ISTRUZIONE È in povertà assoluta più del 10% di chi non è andato oltre la terza media e meno del 4% di chi ha almeno un diploma, se non la laurea. Non solo, la lunghezza degli studi è un parametro così determinante da avere influenza anche sulla probabilità di diventare poveri dei figli, persino una volta che questi sono diventati adulti. Il rischio di essere indigente di un 25-59enne è del 22,7% tra chi ha il genitore più istruito con la terza media o meno, mentre scende al 9% se è laureato. E il divario è aumentato ulteriormente nell’ultimo decennio, tra il 2011 e il 2019. Tra l’altro l’Italia è tra i Paesi in cui questo è più alto. In Francia, Germania, Spagna il rischio di povertà dei figli di coloro che si sono fermati alle medie (o equivalenti) non è così elevato.

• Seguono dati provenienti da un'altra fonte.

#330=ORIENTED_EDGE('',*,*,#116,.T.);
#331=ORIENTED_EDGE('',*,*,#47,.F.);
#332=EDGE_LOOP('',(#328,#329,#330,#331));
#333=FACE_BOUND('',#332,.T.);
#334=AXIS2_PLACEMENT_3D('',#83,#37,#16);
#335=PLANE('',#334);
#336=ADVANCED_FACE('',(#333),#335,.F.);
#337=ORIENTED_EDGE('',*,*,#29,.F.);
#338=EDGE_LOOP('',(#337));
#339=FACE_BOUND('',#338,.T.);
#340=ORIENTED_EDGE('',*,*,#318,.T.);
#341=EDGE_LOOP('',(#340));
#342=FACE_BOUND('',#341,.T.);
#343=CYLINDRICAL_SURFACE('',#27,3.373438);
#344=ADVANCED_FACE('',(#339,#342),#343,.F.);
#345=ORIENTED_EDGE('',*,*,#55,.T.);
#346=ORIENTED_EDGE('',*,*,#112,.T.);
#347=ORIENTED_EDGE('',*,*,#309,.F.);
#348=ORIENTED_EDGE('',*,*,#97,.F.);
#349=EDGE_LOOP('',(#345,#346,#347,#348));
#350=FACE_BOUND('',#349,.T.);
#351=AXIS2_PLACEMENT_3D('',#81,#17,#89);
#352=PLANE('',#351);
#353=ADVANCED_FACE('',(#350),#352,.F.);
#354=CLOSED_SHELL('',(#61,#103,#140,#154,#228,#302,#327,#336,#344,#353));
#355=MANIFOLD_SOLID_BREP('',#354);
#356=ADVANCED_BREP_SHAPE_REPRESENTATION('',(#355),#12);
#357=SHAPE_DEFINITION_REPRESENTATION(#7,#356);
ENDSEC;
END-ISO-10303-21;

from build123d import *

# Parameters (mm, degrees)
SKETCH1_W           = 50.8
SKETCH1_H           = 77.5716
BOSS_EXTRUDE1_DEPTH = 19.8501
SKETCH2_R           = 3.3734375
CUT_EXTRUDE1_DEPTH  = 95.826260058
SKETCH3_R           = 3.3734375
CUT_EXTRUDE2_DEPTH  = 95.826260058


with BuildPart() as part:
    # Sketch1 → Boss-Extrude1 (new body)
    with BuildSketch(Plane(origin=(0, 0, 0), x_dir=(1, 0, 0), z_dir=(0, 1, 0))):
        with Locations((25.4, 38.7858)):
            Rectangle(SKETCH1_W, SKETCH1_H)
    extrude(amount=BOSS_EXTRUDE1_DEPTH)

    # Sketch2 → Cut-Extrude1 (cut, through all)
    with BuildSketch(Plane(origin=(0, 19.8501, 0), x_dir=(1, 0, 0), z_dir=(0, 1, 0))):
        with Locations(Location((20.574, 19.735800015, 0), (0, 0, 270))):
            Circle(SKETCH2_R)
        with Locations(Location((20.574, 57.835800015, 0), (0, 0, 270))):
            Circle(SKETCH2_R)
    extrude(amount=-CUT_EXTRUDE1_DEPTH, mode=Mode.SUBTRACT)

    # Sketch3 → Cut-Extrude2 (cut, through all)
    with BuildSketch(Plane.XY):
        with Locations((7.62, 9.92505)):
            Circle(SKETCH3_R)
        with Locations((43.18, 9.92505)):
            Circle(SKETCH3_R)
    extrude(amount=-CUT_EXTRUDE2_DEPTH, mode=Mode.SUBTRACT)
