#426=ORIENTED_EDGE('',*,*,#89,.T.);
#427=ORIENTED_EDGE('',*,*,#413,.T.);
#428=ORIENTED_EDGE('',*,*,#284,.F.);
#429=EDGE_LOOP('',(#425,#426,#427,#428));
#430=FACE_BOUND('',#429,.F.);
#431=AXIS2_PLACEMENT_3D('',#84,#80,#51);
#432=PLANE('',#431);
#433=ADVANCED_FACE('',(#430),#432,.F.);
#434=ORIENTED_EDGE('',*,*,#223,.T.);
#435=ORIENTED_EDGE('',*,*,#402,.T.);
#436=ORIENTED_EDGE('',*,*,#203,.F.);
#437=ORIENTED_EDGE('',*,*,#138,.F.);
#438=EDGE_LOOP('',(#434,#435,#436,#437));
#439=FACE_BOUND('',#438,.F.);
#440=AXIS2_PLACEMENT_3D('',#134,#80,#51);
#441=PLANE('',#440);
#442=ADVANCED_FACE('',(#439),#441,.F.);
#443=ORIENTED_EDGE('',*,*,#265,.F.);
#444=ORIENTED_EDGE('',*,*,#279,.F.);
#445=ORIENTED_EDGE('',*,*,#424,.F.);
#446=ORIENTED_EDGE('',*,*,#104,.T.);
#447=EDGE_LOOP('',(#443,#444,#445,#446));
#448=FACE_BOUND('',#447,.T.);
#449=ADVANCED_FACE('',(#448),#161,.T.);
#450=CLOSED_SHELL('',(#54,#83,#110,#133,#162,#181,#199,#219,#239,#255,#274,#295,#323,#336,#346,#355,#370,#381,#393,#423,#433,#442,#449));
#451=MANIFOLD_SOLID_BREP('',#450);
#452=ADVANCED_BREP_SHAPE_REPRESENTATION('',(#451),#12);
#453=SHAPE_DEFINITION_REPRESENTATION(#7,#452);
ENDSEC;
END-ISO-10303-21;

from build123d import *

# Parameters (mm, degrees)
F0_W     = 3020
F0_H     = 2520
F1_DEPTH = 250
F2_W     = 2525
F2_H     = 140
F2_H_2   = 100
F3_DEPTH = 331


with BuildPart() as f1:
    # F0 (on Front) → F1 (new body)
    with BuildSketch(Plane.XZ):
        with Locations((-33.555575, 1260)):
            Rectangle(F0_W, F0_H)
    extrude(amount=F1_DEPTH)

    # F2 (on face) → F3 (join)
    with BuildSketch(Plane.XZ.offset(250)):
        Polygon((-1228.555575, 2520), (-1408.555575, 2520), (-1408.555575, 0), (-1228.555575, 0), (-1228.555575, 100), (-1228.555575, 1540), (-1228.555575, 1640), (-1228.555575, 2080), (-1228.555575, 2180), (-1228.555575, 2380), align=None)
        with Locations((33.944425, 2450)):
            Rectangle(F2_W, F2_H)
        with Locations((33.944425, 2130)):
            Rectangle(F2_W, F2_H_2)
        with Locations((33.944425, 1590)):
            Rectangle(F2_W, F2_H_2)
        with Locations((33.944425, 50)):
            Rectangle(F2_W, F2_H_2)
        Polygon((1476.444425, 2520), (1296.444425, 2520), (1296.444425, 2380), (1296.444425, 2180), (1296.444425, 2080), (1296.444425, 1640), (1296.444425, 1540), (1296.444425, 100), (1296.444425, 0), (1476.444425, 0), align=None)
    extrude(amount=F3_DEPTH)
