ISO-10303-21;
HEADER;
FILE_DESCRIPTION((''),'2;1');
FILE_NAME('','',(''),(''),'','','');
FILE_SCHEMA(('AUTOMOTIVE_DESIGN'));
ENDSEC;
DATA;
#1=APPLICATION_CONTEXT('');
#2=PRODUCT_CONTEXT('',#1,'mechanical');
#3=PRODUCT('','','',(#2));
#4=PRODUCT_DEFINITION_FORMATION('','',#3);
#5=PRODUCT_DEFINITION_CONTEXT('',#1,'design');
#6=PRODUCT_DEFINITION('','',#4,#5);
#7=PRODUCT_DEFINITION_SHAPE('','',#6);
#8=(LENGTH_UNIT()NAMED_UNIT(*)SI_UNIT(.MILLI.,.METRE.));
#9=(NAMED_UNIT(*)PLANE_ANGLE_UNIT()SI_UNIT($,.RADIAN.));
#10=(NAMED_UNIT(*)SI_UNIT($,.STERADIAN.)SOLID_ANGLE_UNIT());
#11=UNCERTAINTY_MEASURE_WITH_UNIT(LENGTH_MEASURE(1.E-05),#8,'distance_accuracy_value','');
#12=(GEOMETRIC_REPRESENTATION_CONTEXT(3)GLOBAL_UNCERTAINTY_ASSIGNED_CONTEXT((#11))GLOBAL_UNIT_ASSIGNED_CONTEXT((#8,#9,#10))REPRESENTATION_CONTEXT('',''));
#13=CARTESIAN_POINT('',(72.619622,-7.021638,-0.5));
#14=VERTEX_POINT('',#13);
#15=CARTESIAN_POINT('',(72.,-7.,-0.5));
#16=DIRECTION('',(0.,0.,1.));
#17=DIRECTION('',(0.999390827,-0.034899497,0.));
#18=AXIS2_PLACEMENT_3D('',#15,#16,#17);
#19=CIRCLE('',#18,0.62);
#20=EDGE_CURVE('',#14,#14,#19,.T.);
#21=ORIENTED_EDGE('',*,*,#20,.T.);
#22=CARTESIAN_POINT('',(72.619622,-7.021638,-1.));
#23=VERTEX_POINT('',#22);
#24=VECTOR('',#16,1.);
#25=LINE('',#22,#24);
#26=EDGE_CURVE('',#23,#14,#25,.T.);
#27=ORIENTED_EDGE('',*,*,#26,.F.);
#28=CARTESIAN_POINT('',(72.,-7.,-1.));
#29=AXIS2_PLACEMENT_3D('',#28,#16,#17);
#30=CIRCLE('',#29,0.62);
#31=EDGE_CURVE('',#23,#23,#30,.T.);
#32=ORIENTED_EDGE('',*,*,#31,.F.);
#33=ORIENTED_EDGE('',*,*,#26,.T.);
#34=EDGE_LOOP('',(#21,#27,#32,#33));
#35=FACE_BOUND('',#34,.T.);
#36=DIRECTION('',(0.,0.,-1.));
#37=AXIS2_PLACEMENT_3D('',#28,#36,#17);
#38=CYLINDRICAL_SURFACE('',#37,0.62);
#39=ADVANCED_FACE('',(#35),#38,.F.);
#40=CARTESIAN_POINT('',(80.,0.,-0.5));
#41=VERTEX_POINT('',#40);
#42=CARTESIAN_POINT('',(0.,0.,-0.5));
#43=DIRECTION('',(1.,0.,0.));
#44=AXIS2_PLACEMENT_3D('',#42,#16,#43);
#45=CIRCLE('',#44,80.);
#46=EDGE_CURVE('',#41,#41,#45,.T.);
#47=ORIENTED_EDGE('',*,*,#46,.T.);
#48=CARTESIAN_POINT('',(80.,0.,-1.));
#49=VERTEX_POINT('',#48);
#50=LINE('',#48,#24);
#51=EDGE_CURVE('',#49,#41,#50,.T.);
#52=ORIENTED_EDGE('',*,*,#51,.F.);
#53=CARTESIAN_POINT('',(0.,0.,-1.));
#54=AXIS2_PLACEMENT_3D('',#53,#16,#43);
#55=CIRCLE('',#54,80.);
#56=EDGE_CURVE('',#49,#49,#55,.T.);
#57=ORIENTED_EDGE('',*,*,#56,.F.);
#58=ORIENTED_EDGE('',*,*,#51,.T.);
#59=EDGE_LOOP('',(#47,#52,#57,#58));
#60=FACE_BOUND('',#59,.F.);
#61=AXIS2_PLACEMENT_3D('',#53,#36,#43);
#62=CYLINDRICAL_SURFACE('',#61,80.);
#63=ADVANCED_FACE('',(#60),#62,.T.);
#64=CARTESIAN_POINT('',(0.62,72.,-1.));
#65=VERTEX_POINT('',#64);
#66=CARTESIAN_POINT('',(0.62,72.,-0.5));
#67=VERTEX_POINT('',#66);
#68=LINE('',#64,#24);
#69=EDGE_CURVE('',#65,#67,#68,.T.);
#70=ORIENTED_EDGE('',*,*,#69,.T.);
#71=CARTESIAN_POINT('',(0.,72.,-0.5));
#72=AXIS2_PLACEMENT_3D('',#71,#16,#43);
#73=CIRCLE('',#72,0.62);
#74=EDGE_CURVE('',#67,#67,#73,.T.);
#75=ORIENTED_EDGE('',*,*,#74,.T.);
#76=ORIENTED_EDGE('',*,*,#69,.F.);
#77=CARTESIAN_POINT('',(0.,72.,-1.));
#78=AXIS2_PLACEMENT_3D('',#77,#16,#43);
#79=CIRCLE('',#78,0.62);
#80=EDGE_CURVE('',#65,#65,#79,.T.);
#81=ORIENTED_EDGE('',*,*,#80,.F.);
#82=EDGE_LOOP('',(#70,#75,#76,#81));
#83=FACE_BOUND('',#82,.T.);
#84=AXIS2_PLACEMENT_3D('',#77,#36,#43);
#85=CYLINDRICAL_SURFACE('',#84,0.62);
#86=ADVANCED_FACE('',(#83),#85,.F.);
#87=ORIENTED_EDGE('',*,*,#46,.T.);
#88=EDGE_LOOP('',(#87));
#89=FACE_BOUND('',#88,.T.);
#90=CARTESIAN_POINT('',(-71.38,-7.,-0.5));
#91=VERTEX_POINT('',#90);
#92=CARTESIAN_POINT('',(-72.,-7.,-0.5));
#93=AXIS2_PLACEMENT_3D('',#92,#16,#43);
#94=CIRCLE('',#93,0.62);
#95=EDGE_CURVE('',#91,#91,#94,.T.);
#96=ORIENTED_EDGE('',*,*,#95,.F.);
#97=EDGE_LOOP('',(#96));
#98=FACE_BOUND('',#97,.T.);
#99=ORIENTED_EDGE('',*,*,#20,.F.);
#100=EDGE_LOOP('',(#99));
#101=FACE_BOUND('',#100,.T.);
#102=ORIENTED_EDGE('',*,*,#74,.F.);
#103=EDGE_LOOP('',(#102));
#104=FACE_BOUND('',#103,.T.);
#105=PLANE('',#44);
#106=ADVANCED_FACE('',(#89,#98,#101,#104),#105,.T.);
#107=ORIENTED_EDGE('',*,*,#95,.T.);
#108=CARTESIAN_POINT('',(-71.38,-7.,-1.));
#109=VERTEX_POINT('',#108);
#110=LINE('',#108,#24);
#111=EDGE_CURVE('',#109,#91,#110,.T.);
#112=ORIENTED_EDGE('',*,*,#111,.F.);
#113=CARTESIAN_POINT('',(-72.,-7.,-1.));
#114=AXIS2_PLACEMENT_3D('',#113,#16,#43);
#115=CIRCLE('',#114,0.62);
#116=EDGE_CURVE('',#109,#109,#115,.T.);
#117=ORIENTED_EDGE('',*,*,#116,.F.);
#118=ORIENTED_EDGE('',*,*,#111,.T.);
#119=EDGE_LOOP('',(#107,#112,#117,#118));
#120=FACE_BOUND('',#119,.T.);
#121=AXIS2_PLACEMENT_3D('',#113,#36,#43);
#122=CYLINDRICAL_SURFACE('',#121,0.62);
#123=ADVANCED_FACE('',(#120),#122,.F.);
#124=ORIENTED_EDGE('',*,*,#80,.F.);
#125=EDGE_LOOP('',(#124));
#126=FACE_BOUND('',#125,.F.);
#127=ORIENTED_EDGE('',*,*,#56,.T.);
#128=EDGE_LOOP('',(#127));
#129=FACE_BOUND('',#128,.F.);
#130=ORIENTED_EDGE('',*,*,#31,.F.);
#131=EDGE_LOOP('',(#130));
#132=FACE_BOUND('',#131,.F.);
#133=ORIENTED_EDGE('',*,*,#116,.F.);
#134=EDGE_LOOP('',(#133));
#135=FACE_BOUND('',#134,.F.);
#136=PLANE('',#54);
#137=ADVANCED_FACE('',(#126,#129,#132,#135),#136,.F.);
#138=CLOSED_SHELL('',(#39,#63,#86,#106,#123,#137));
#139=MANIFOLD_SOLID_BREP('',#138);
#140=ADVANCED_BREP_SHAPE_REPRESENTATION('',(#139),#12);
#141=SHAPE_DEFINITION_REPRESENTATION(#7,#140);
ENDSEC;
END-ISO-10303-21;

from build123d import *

# Parameters (mm, degrees)
CYLINDER003_R               = 0.62
CYLINDER003_DEPTH           = 0.5
CYLINDER002_R               = 0.62
CYLINDER002_DEPTH           = 0.5
CYLINDER001_R               = 0.62
CYLINDER001_DEPTH           = 0.5
CYLINDER001_PLACEMENT_ANGLE = -2
CYLINDER_R                  = 80
CYLINDER_DEPTH              = 0.5


with BuildPart() as cilindro003:
    # Cylinder003 → Cylinder003 (new body)
    with BuildSketch(Plane(origin=(0, 72, 0), x_dir=(1, 0, 0), z_dir=(0, 0, 1))):
        Circle(CYLINDER003_R)
    extrude(amount=CYLINDER003_DEPTH)


with BuildPart() as cilindro002:
    # Cylinder002 → Cylinder002 (new body)
    with BuildSketch(Plane(origin=(-72, -7, 0), x_dir=(1, 0, 0), z_dir=(0, 0, 1))):
        Circle(CYLINDER002_R)
    extrude(amount=CYLINDER002_DEPTH)


with BuildPart() as cilindro001:
    # Cylinder001 → Cylinder001 (new body)
    with BuildSketch(Plane.XY):
        Circle(CYLINDER001_R)
    extrude(amount=CYLINDER001_DEPTH)


with BuildPart() as cilindro001_1:
    # Cylinder001 placement: moved
    add(cilindro001.part.moved(Location((72, -7, 0))).rotate(Axis((72, -7, 0), (0, 0, 1)), CYLINDER001_PLACEMENT_ANGLE))


with BuildPart() as cut002:
    # Cylinder → Cylinder (new body)
    with BuildSketch(Plane.XY):
        Circle(CYLINDER_R)
    extrude(amount=CYLINDER_DEPTH)

    # Cut: cut Cilindro001
    add(cilindro001_1.part, mode=Mode.SUBTRACT)

    # Cut001: cut Cilindro002
    add(cilindro002.part, mode=Mode.SUBTRACT)

    # Cut002: cut Cilindro003
    add(cilindro003.part, mode=Mode.SUBTRACT)


with BuildPart() as cut002_1:
    # Cut002 placement: moved
    add(cut002.part.moved(Location((0, 0, -1))))


solid = cut002_1.part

MINORI E POCO ISTRUITI Come è facile immaginare lo stesso rischio è ancora maggiore per i minorenni. Se tu hai un padre che non è arrivato al diploma hai un’alta probabilità (pari al 54% ) di diventare povero. Ed è così in tutta Europa.

CHI SI FERMA ALLE MEDIE Nel nostro Paese la percentuale di italiani tra i 25/34 anni che si sono fermati alle medie è superiore che altrove. E’ pari al 18,1%, contro il 10% tedesco. Per gli stranieri della stessa fascia di età si raggiunge addirittura il 47,2% 

DOMANDE CRUCIALI L’incremento della percentuale di laureati, o anche solo di quanti riescono a conseguire il diploma, è mai entrato in qualche decalogo? È mai stato l’obiettivo di qualche provvedimento così urgente da essere posto come ultimatum a un governo? Non è accaduto, così come non è mai accaduto che fosse il tasso d’occupazione, più che il reddito, lo scopo delle politiche proposte.

POLICY A LUNGO TERMINE Occupazione, integrazione, istruzione, competenze, formazione, capitale umano, sono tutti fattori che determinano un impatto a monte. Molto efficace, ma solo nel lungo periodo. Per chi ha bisogno di consenso subito ( nelle prossime settimane, nei prossimi mesi) sono temi assolutamente inutili, lo sappiamo.